I have a program that is listening to a Unix Domain Socket.
When a client connects to the socket I'd like to find out which program connected and then decide if I allow the connection or not (based on the user/group settings).
Is this possible under Linux, and if so, how?
Yes, this is possible on Linux, but it won't be very portable. It's achieved using what is called "ancillary data" with sendmsg
/ recvmsg
.
- Use
SO_PASSCRED
with setsockopt
- Use
SCM_CREDENTIALS
and the struct ucred
structure
This structure is defined in Linux:
struct ucred {
pid_t pid; /* process ID of the sending process */
uid_t uid; /* user ID of the sending process */
gid_t gid; /* group ID of the sending process */
};
Note you have to fill these in your msghdr.control
, and the kernel will check if they're correct.

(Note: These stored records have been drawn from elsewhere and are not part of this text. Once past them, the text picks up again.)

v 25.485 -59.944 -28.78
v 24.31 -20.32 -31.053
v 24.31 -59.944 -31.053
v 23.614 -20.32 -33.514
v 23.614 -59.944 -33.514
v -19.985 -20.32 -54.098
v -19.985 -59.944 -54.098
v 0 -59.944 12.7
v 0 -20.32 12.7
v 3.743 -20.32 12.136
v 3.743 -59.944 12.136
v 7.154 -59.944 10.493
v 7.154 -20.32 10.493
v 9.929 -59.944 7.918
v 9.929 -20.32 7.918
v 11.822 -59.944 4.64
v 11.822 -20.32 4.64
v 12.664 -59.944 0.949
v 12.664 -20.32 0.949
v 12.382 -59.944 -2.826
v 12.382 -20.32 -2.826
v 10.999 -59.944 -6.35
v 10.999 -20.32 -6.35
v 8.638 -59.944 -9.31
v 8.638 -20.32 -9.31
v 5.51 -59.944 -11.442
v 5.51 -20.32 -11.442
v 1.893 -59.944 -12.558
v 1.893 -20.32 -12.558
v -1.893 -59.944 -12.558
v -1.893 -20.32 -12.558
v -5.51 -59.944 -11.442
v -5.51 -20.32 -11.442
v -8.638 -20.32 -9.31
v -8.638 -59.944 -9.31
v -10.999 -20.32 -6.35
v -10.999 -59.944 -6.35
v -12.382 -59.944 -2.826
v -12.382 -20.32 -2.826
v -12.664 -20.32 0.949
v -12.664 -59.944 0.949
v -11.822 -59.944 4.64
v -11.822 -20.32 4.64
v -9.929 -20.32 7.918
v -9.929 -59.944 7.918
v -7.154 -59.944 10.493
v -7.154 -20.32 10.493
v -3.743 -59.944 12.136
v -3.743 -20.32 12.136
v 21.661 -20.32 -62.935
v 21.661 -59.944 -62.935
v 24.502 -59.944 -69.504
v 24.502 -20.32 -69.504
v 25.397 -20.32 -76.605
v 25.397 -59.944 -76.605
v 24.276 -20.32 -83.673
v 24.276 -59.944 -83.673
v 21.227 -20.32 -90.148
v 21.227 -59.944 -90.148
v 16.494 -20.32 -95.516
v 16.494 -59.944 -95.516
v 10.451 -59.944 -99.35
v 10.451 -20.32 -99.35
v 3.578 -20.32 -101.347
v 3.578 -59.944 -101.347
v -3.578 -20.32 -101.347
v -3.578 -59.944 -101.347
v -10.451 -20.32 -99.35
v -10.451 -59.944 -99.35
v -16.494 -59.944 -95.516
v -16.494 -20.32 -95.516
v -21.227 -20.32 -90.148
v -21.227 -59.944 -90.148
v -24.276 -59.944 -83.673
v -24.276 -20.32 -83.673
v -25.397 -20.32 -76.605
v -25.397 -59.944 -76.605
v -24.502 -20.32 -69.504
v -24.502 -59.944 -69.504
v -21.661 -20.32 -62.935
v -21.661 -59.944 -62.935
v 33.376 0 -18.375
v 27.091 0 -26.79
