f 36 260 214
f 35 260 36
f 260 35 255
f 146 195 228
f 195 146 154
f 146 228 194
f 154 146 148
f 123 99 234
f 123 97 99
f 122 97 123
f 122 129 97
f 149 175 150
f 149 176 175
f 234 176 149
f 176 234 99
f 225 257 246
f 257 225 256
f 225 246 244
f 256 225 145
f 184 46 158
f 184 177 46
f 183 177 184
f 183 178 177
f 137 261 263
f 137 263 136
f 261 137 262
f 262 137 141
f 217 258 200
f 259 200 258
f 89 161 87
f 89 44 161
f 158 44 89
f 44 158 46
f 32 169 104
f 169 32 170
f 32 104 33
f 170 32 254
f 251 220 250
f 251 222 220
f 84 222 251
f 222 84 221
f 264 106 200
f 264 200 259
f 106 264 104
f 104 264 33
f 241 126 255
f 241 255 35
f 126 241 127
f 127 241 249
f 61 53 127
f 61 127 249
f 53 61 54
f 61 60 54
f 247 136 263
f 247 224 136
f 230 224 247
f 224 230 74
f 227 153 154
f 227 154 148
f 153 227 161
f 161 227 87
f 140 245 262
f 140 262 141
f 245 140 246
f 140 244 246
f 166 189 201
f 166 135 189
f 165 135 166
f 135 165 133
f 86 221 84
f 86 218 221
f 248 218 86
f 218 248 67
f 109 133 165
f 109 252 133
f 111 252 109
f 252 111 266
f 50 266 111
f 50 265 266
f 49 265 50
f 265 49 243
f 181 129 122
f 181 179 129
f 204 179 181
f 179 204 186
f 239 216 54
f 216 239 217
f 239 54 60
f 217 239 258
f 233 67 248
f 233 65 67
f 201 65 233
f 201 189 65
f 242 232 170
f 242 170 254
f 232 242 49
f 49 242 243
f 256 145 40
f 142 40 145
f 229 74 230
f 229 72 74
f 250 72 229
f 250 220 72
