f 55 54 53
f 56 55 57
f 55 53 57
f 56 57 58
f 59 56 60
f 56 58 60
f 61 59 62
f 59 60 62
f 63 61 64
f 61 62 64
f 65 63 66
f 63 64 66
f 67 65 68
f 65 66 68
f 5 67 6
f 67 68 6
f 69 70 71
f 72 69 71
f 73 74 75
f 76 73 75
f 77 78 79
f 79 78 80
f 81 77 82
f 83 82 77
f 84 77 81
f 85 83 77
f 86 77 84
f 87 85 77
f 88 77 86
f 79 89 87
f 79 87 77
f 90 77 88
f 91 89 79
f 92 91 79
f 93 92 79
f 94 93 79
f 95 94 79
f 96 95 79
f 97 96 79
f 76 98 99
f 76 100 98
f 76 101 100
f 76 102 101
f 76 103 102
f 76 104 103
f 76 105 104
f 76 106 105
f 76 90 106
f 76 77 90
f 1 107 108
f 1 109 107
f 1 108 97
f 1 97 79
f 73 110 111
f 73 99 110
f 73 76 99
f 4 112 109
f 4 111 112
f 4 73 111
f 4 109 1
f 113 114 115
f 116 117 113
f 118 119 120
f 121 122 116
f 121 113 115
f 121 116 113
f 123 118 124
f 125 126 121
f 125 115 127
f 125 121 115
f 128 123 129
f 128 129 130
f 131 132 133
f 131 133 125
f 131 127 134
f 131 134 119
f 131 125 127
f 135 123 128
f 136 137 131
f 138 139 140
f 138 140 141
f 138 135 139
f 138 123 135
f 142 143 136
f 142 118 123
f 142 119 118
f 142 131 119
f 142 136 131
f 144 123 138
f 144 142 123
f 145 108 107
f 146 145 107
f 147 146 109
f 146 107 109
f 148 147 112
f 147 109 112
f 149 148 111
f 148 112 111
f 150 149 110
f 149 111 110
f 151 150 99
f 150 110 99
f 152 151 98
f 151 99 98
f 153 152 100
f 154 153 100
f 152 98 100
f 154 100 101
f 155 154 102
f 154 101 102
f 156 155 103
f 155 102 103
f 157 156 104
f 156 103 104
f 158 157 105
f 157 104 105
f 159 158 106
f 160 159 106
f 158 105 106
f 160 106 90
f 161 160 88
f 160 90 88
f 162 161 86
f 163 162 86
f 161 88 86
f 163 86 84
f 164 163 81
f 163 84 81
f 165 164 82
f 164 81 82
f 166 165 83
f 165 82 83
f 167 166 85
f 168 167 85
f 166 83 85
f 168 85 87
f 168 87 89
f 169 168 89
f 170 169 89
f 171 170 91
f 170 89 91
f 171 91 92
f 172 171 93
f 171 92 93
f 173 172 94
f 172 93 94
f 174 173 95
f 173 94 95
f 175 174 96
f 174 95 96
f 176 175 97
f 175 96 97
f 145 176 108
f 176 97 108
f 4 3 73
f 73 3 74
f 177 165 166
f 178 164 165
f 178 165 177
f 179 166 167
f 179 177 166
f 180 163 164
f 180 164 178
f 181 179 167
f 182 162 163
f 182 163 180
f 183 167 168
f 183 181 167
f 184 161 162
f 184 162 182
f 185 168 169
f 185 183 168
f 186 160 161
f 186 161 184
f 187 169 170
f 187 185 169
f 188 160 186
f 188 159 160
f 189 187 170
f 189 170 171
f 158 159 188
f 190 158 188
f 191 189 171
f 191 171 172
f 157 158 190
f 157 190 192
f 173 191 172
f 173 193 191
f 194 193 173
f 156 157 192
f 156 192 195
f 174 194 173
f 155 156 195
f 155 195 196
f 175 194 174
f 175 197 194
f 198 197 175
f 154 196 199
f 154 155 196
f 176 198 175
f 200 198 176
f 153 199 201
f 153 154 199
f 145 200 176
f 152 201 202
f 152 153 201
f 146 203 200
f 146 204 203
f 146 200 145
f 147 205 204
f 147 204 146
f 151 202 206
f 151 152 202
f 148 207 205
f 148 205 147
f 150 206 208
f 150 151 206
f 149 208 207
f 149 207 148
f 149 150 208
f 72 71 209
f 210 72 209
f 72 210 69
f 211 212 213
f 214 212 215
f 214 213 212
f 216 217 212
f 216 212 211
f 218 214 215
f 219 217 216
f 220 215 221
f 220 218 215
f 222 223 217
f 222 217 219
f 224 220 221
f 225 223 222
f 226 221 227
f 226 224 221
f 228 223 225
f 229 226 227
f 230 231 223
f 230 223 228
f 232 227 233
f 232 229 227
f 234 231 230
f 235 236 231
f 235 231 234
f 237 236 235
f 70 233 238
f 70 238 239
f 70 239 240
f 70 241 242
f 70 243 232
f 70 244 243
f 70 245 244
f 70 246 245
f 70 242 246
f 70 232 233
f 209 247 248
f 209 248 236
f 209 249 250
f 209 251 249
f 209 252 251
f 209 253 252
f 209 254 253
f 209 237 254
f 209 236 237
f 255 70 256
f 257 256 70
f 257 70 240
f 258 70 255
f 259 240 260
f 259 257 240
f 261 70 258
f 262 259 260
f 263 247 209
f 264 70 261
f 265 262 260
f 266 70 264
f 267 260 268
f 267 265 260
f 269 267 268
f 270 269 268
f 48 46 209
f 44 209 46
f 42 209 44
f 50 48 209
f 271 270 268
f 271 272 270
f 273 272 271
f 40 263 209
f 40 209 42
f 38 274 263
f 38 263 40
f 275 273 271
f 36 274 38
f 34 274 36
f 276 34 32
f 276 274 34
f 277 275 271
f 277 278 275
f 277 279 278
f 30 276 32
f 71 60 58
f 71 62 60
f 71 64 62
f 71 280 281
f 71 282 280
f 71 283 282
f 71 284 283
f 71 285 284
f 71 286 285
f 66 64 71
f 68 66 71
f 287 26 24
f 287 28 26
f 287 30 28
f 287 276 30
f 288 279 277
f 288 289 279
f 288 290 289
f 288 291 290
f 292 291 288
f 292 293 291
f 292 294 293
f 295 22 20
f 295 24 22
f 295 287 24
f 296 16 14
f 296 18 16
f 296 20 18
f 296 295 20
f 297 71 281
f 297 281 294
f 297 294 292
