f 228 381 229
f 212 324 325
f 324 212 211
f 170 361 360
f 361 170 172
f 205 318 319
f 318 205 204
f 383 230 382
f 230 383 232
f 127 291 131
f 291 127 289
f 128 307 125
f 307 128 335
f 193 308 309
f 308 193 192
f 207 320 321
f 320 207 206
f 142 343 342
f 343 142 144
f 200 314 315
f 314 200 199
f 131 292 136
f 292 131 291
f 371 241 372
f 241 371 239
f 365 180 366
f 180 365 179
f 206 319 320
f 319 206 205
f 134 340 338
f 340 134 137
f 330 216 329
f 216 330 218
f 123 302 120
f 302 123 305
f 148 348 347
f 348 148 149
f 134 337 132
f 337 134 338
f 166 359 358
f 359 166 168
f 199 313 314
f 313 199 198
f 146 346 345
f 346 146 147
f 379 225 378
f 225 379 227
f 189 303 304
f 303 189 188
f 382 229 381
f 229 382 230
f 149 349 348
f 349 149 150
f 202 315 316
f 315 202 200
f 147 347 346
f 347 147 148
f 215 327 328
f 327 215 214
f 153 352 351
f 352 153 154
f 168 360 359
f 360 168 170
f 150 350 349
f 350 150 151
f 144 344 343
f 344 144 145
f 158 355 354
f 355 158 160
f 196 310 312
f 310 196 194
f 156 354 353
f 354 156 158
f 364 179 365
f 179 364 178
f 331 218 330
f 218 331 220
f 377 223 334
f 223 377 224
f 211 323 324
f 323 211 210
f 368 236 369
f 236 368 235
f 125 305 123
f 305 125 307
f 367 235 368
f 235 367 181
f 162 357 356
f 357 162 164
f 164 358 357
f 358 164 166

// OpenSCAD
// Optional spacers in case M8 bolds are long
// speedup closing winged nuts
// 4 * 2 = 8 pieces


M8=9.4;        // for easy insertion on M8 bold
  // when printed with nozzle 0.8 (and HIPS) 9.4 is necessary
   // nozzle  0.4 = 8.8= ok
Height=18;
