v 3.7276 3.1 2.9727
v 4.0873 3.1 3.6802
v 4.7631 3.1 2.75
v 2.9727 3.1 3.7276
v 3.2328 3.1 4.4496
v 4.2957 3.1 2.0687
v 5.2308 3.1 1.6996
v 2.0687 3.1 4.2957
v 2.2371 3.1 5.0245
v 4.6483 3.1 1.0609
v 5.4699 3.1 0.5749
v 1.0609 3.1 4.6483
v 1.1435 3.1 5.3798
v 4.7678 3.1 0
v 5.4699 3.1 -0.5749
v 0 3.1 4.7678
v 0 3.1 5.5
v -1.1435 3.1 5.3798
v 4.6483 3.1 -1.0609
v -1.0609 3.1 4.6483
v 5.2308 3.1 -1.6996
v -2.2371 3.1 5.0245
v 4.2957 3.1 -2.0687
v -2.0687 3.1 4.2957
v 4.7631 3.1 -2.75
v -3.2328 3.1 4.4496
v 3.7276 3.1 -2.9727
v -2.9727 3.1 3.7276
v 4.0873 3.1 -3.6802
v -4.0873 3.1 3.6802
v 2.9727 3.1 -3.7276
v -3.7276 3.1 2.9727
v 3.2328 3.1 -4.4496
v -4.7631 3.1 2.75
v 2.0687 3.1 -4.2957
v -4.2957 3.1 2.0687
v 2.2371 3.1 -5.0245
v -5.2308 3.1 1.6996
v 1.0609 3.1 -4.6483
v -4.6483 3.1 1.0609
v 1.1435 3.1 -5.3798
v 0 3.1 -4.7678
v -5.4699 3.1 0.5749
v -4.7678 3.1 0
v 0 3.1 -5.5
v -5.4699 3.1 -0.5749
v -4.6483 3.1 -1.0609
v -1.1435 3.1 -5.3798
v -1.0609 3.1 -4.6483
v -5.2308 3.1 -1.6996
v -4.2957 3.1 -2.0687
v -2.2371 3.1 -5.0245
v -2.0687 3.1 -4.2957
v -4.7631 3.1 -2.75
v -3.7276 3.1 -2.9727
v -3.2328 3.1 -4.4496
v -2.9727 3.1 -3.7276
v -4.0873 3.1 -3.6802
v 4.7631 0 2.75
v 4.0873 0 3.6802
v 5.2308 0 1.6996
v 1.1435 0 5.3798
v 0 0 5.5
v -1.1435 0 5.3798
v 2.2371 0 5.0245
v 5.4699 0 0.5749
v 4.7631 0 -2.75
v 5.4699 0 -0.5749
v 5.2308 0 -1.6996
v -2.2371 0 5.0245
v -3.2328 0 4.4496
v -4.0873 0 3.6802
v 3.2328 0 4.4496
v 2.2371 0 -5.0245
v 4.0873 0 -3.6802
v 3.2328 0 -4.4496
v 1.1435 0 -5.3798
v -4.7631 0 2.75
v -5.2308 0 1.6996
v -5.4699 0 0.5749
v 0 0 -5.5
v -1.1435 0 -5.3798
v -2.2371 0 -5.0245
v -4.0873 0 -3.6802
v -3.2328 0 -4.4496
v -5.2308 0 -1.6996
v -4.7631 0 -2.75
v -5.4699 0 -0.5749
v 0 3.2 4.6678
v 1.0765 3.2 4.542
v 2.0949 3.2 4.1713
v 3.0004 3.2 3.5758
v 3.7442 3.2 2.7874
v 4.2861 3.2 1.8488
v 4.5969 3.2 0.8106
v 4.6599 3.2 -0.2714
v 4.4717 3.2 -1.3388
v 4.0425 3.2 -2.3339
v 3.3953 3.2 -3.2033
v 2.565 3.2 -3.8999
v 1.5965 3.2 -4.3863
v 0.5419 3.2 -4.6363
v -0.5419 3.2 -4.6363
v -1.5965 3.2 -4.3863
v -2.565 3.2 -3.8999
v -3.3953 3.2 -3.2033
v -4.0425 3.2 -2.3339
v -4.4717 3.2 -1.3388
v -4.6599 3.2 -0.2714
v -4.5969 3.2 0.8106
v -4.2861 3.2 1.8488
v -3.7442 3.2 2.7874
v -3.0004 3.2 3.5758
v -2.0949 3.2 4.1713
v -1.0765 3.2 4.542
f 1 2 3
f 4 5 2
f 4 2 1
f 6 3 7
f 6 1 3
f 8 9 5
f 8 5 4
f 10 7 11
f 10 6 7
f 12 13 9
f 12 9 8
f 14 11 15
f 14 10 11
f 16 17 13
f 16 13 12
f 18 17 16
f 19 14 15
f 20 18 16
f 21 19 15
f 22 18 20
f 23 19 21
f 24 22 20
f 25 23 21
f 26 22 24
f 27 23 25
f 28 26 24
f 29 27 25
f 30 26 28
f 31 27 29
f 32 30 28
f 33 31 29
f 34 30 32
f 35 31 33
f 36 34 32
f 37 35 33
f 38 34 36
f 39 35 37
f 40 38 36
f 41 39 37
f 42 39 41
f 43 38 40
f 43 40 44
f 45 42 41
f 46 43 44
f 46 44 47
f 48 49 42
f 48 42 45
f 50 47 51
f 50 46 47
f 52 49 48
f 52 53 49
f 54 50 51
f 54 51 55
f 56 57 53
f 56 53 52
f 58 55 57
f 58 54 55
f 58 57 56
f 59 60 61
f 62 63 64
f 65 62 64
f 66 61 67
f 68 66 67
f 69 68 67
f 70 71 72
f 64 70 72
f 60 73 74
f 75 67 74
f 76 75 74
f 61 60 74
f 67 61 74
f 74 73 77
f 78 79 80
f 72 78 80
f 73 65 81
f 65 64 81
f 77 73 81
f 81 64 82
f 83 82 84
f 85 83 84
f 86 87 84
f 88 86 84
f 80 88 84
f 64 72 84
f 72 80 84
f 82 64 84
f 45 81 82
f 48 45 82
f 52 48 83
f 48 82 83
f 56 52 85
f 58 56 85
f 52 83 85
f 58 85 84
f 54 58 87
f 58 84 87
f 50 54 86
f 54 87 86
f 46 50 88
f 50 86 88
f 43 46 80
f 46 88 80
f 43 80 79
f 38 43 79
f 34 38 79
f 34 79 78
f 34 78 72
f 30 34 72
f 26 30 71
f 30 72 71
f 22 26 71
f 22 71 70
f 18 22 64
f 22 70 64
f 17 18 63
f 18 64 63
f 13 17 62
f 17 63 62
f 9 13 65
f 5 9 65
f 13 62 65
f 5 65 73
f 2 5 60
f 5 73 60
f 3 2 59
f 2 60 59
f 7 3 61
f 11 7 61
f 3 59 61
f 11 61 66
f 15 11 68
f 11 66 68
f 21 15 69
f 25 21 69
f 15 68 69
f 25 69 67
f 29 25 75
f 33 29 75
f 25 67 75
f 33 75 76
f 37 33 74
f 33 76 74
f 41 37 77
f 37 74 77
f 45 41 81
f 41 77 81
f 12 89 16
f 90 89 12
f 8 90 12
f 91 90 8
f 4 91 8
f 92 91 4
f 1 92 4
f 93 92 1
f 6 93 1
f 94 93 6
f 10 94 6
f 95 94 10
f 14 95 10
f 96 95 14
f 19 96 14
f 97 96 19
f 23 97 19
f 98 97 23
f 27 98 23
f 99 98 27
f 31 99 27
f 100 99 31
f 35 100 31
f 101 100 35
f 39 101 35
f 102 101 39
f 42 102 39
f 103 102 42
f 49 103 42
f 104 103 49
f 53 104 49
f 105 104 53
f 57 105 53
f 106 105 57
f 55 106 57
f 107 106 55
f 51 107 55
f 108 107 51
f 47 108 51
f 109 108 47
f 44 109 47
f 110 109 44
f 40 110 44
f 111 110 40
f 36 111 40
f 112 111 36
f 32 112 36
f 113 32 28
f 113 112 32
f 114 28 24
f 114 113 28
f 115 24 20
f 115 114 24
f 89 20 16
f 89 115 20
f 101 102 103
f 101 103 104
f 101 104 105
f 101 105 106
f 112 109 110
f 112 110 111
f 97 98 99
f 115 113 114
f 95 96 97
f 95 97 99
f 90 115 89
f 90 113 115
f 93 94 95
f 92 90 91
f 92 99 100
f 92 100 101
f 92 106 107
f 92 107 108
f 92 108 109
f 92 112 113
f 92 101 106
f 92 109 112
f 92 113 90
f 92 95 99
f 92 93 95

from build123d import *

# Parameters (mm, degrees)
SKETCH1_R           = 5.5
BOSS_EXTRUDE1_DEPTH = 3.1
SKETCH2_R           = 5.167835257
BOSS_EXTRUDE2_DEPTH = 0.1
CHAMFER1_SIZE       = 0.5


with BuildPart() as part:
    # Sketch1 → Boss-Extrude1 (new body)
    with BuildSketch(Plane(origin=(0, 0, 0), x_dir=(1, 0, 0), z_dir=(0, 1, 0))):
        with Locations(Location((0, 0, 0), (0, 0, 90))):
            Circle(SKETCH1_R)
    extrude(amount=BOSS_EXTRUDE1_DEPTH)

    # Sketch2 → Boss-Extrude2 (add)
    with BuildSketch(Plane(origin=(0, 3.1, 0), x_dir=(1, 0, 0), z_dir=(0, 1, 0))):
        with Locations(Location((0, 0, 0), (0, 0, 270))):
            Circle(SKETCH2_R)
    extrude(amount=BOSS_EXTRUDE2_DEPTH)

    # Chamfer1
    # the kernel refuses this chamfer: 0.5 mm, written as the material it takes off along each edge
    with BuildSketch(Plane(origin=(0, 3.2, 0), x_dir=(0, 0, 1), z_dir=(-1, 0, 0))) as chamfer1_piece_1_section:
        Polygon((5.167835257, -CHAMFER1_SIZE), (5.167835257 - CHAMFER1_SIZE, 0), (5.167835257, 0), align=None)
    chamfer1_piece_1 = revolve(axis=Axis((0, 3.2, 0), (0, 1, 0)), mode=Mode.PRIVATE)
    chamfer1_piece_1 = split(chamfer1_piece_1, bisect_by=Plane(origin=(0, 3.1, -4.719067591), z_dir=(0, 1, 0)), keep=Keep.TOP, mode=Mode.PRIVATE)
    add(chamfer1_piece_1, mode=Mode.SUBTRACT)


solid = part.part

The main portability hindrance is that this structure differs on other Unixes - for example on FreeBSD it's:
struct cmsgcred {
pid_t cmcred_pid; /* PID of sending process */
uid_t cmcred_uid; /* real UID of sending process */
uid_t cmcred_euid; /* effective UID of sending process */
gid_t cmcred_gid; /* real GID of sending process */
short cmcred_ngroups; /* number or groups */
gid_t cmcred_groups[CMGROUP_MAX]; /* groups */
};
I searched for this quite a bit, so I will show you this example on how to use SO_PEERCRED
on a socket sock
to get the pid/uid/gid of the peer of a socket:
int len;
struct ucred ucred;
len = sizeof(struct ucred);
if (getsockopt(sock, SOL_SOCKET, SO_PEERCRED, &ucred, &len) == -1) {
//getsockopt failed
}
printf("Credentials from SO_PEERCRED: pid=%ld, euid=%ld, egid=%ld\n",
(long) ucred.pid, (long) ucred.uid, (long) ucred.gid);
Perhaps getpeername or getsockname could help. and I think that the permission of your unix socket are useful (not sure of that). And you might read the link inside /proc/self/fd/12
if your accept
-ed socket is 12.
EDIT
using ancillary data for credentials and sendmsg
is much better, as suggested by cnicutar below.